The foregoing appears to be the criteria adopted by the OPS in determining whether a commodity or service so affects the cost of living as to require controls or not.

Bowling is less a factor in the cost of living to the average wage earner than are motion pictures, or theaters, judging by the extreme differences in the comparative expenditure for the respective items on a national scale. Bowling and inflation cannot be mentioned in the same breath. The principal aim of the act, namely, the prevention of inflationary tendencies, has no application to this game. If that be so, bowling, by its very nature, excludes itself from that very purpose of the act. By extension of a logical conclusion it should be specifically exempted from controls in the act.

(d) The elimination of profiteering, hoarding, and speculation? This purpose was apparently intended for speculation in scarce commodities. It obviously has no application to a game which cannot become the subject of hoarding, sale and resale at profits or speculation.

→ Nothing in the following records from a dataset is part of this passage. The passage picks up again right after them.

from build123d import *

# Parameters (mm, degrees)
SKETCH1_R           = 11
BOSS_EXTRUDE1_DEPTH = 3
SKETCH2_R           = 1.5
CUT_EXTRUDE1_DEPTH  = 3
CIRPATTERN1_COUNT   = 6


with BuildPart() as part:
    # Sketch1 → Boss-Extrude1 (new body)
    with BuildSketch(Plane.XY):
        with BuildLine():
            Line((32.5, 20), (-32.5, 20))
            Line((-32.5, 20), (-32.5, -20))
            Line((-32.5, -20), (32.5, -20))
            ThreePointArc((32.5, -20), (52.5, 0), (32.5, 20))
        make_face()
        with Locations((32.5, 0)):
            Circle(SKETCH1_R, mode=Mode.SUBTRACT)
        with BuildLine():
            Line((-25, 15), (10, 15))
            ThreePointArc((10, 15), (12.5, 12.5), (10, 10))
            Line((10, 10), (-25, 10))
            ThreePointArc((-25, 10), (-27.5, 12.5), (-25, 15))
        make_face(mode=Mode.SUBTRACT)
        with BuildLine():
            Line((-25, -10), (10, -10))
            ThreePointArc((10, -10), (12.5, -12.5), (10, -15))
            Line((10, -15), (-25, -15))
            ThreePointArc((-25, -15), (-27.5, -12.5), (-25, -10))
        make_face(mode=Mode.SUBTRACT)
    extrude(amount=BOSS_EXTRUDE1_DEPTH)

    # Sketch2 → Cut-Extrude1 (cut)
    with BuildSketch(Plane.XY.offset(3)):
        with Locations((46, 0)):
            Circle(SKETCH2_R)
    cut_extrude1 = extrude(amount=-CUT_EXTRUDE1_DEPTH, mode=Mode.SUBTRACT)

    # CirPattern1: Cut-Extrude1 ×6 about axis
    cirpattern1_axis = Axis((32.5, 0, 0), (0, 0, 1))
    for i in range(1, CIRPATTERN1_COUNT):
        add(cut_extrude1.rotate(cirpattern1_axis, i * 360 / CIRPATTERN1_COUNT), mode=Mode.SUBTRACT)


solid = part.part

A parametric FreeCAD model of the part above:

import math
import FreeCAD as App
import Part
import Sketcher
Q = App.Units.Quantity

doc = App.newDocument("Part")
params = doc.addObject("Spreadsheet::Sheet", "Params")
for row, (alias, value) in enumerate([
    ("sketch1_diameter", "22 mm"),
    ("sketch1_radius", "20 mm"),
    ("sketch1_radius2", "2.5 mm"),
    ("sketch1_width", "65 mm"),
    ("sketch1_width2", "35 mm"),
    ("pad1_length", "3 mm"),
    ("sketch2_diameter", "3 mm"),
    ("pocket1_length", "3 mm"),
], start=1):
    params.set(f"A{row}", alias)
    params.set(f"B{row}", "=" + value)
    params.setAlias(f"B{row}", alias)

body = doc.addObject("PartDesign::Body", "Body")

# Sketch on XY plane
sketch1 = doc.addObject("Sketcher::SketchObject", "Sketch")
body.addObject(sketch1)
sketch1.AttachmentSupport = (doc.XY_Plane, [""])
sketch1.MapMode = "FlatFace"
sketch1.addGeometry([
    Part.LineSegment(App.Vector(32.5, 20, 0), App.Vector(-32.5, 20, 0)),  # 0
    Part.LineSegment(App.Vector(-32.5, 20, 0), App.Vector(-32.5, -20, 0)),  # 1
    Part.LineSegment(App.Vector(-32.5, -20, 0), App.Vector(32.5, -20, 0)),  # 2
    Part.ArcOfCircle(Part.Circle(App.Vector(32.5, 0, 0), App.Vector(0, 0, 1), 20), math.radians(-90), math.radians(90)),  # 3
    Part.ArcOfCircle(Part.Circle(App.Vector(-25, -12.5, 0), App.Vector(0, 0, 1), 2.5), math.radians(90), math.radians(270)),  # 4
    Part.LineSegment(App.Vector(-25, -10, 0), App.Vector(10, -10, 0)),  # 5
    Part.ArcOfCircle(Part.Circle(App.Vector(10, -12.5, 0), App.Vector(0, 0, 1), 2.5), math.radians(-90), math.radians(90)),  # 6
    Part.LineSegment(App.Vector(10, -15, 0), App.Vector(-25, -15, 0)),  # 7
    Part.ArcOfCircle(Part.Circle(App.Vector(-25, 12.5, 0), App.Vector(0, 0, 1), 2.5), math.radians(90), math.radians(270)),  # 8
    Part.LineSegment(App.Vector(-25, 15, 0), App.Vector(10, 15, 0)),  # 9
    Part.ArcOfCircle(Part.Circle(App.Vector(10, 12.5, 0), App.Vector(0, 0, 1), 2.5), math.radians(-90), math.radians(90)),  # 10
    Part.LineSegment(App.Vector(10, 10, 0), App.Vector(-25, 10, 0)),  # 11
    Part.Circle(App.Vector(32.5, 0, 0), App.Vector(0, 0, 1), 11),  # 12
], False)
sketch1.addConstraint([
    Sketcher.Constraint("Coincident", 0, 2, 1, 1),
    Sketcher.Constraint("Coincident", 1, 2, 2, 1),
    Sketcher.Constraint("Tangent", 2, 2, 3, 1),
    Sketcher.Constraint("Tangent", 3, 2, 0, 1),
    Sketcher.Constraint("Tangent", 4, 1, 5, 1),
    Sketcher.Constraint("Tangent", 5, 2, 6, 2),
    Sketcher.Constraint("Tangent", 6, 1, 7, 1),
    Sketcher.Constraint("Tangent", 7, 2, 4, 2),
    Sketcher.Constraint("Tangent", 8, 1, 9, 1),
    Sketcher.Constraint("Tangent", 9, 2, 10, 2),
    Sketcher.Constraint("Tangent", 10, 1, 11, 1),
    Sketcher.Constraint("Tangent", 11, 2, 8, 2),
    Sketcher.Constraint("Horizontal", 0),
    Sketcher.Constraint("Vertical", 1),
    Sketcher.Constraint("Horizontal", 2),
    Sketcher.Constraint("Horizontal", 5),
    Sketcher.Constraint("Horizontal", 7),
    Sketcher.Constraint("Horizontal", 9),
    Sketcher.Constraint("Horizontal", 11),
    Sketcher.Constraint("Coincident", 12, 3, 3, 3),
    Sketcher.Constraint("Equal", 6, 8),
    Sketcher.Constraint("Symmetric", 0, 2, 2, 2, -1, 1),
    Sketcher.Constraint("Symmetric", 4, 3, 8, 3, -1),
    Sketcher.Constraint("Vertical", 6, 3, 10, 3),
    Sketcher.Constraint("Diameter", 12, Q("22 mm")),
    Sketcher.Constraint("Radius", 3, Q("20 mm")),
    Sketcher.Constraint("Radius", 4, Q("2.5 mm")),
    Sketcher.Constraint("DistanceX", 0, 2, 0, 1, Q("65 mm")),
    Sketcher.Constraint("DistanceX", 5, 1, 5, 2, Q("35 mm")),
    Sketcher.Constraint("DistanceX", 4, 3, -1, 1, Q("25 mm")),
    Sketcher.Constraint("DistanceY", 4, 1, -1, 1, Q("10 mm")),
])
sketch1.setExpression("Constraints[24]", "Params.sketch1_diameter")
sketch1.setExpression("Constraints[25]", "Params.sketch1_radius")
sketch1.setExpression("Constraints[26]", "Params.sketch1_radius2")
sketch1.setExpression("Constraints[27]", "Params.sketch1_width")
sketch1.setExpression("Constraints[28]", "Params.sketch1_width2")
pad1 = doc.addObject("PartDesign::Pad", "Pad")
body.addObject(pad1)
pad1.Profile = sketch1
pad1.setExpression("Length", "Params.pad1_length")

# Sketch on XY plane
sketch2 = doc.addObject("Sketcher::SketchObject", "Sketch001")
body.addObject(sketch2)
sketch2.AttachmentSupport = (doc.XY_Plane, [""])
sketch2.MapMode = "FlatFace"
sketch2.AttachmentOffset = App.Placement(App.Vector(0, 0, 3), App.Rotation())
sketch2.addGeometry(Part.Circle(App.Vector(46, 0, 0), App.Vector(0, 0, 1), 1.5), False)
sketch2.addConstraint([
    Sketcher.Constraint("PointOnObject", 0, 3, -1),
    Sketcher.Constraint("Diameter", 0, Q("3 mm")),
    Sketcher.Constraint("DistanceX", -1, 1, 0, 3, Q("46 mm")),
])
sketch2.setExpression("Constraints[1]", "Params.sketch2_diameter")
pocket1 = doc.addObject("PartDesign::Pocket", "Pocket")
body.addObject(pocket1)
pocket1.Profile = sketch2
pocket1.setExpression("Length", "Params.pocket1_length")
doc.recompute()

datumline = doc.addObject("PartDesign::Line", "DatumLine")
body.addObject(datumline)
datumline.Placement = App.Placement(App.Vector(32.5, 0, 0), App.Rotation(App.Vector(0, 0, 1), App.Vector(0, 0, 1)))
polarpattern = doc.addObject("PartDesign::PolarPattern", "PolarPattern")
body.addObject(polarpattern)
polarpattern.Originals = [pocket1]
polarpattern.Axis = (datumline, [""])
polarpattern.Angle = 360
polarpattern.Occurrences = 6
body.Tip = polarpattern

doc.recompute()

(e) The protection of consumers from undue impairment of living standards? For one thing, bowling is neither a necessity nor the subject of an "urge" so great as to be comparable to a necessity, as, for example, smoking. Should it become necessary for a patron to bowl less frequently (an assumption for the purpose of this discussion, but by no means an admission) his living standards will not be "unduly impaired. It is estimated that there are less than 4,000,000 bowlers in this country. This is concluded from the fact that the aggregate of bowlers "sanctioned" by and registered with the men's, women's, and minors' bowling associations in the United States is slightly over 2,205,000 bowlers. These are the "league" bowlers. League bowling constitutes two-thirds of the total bowling. Hence an additional third would be 735,000 more bowlers, or a grand total of 2,940,000, or almost 3,000,000 bowlers. To this we add, for good measure and for possible oversights, another million. That means there are about 146,000,000 nonbowlers among our population, constituting over 97 percent of the public whose living standards are in nowise affected by this subject.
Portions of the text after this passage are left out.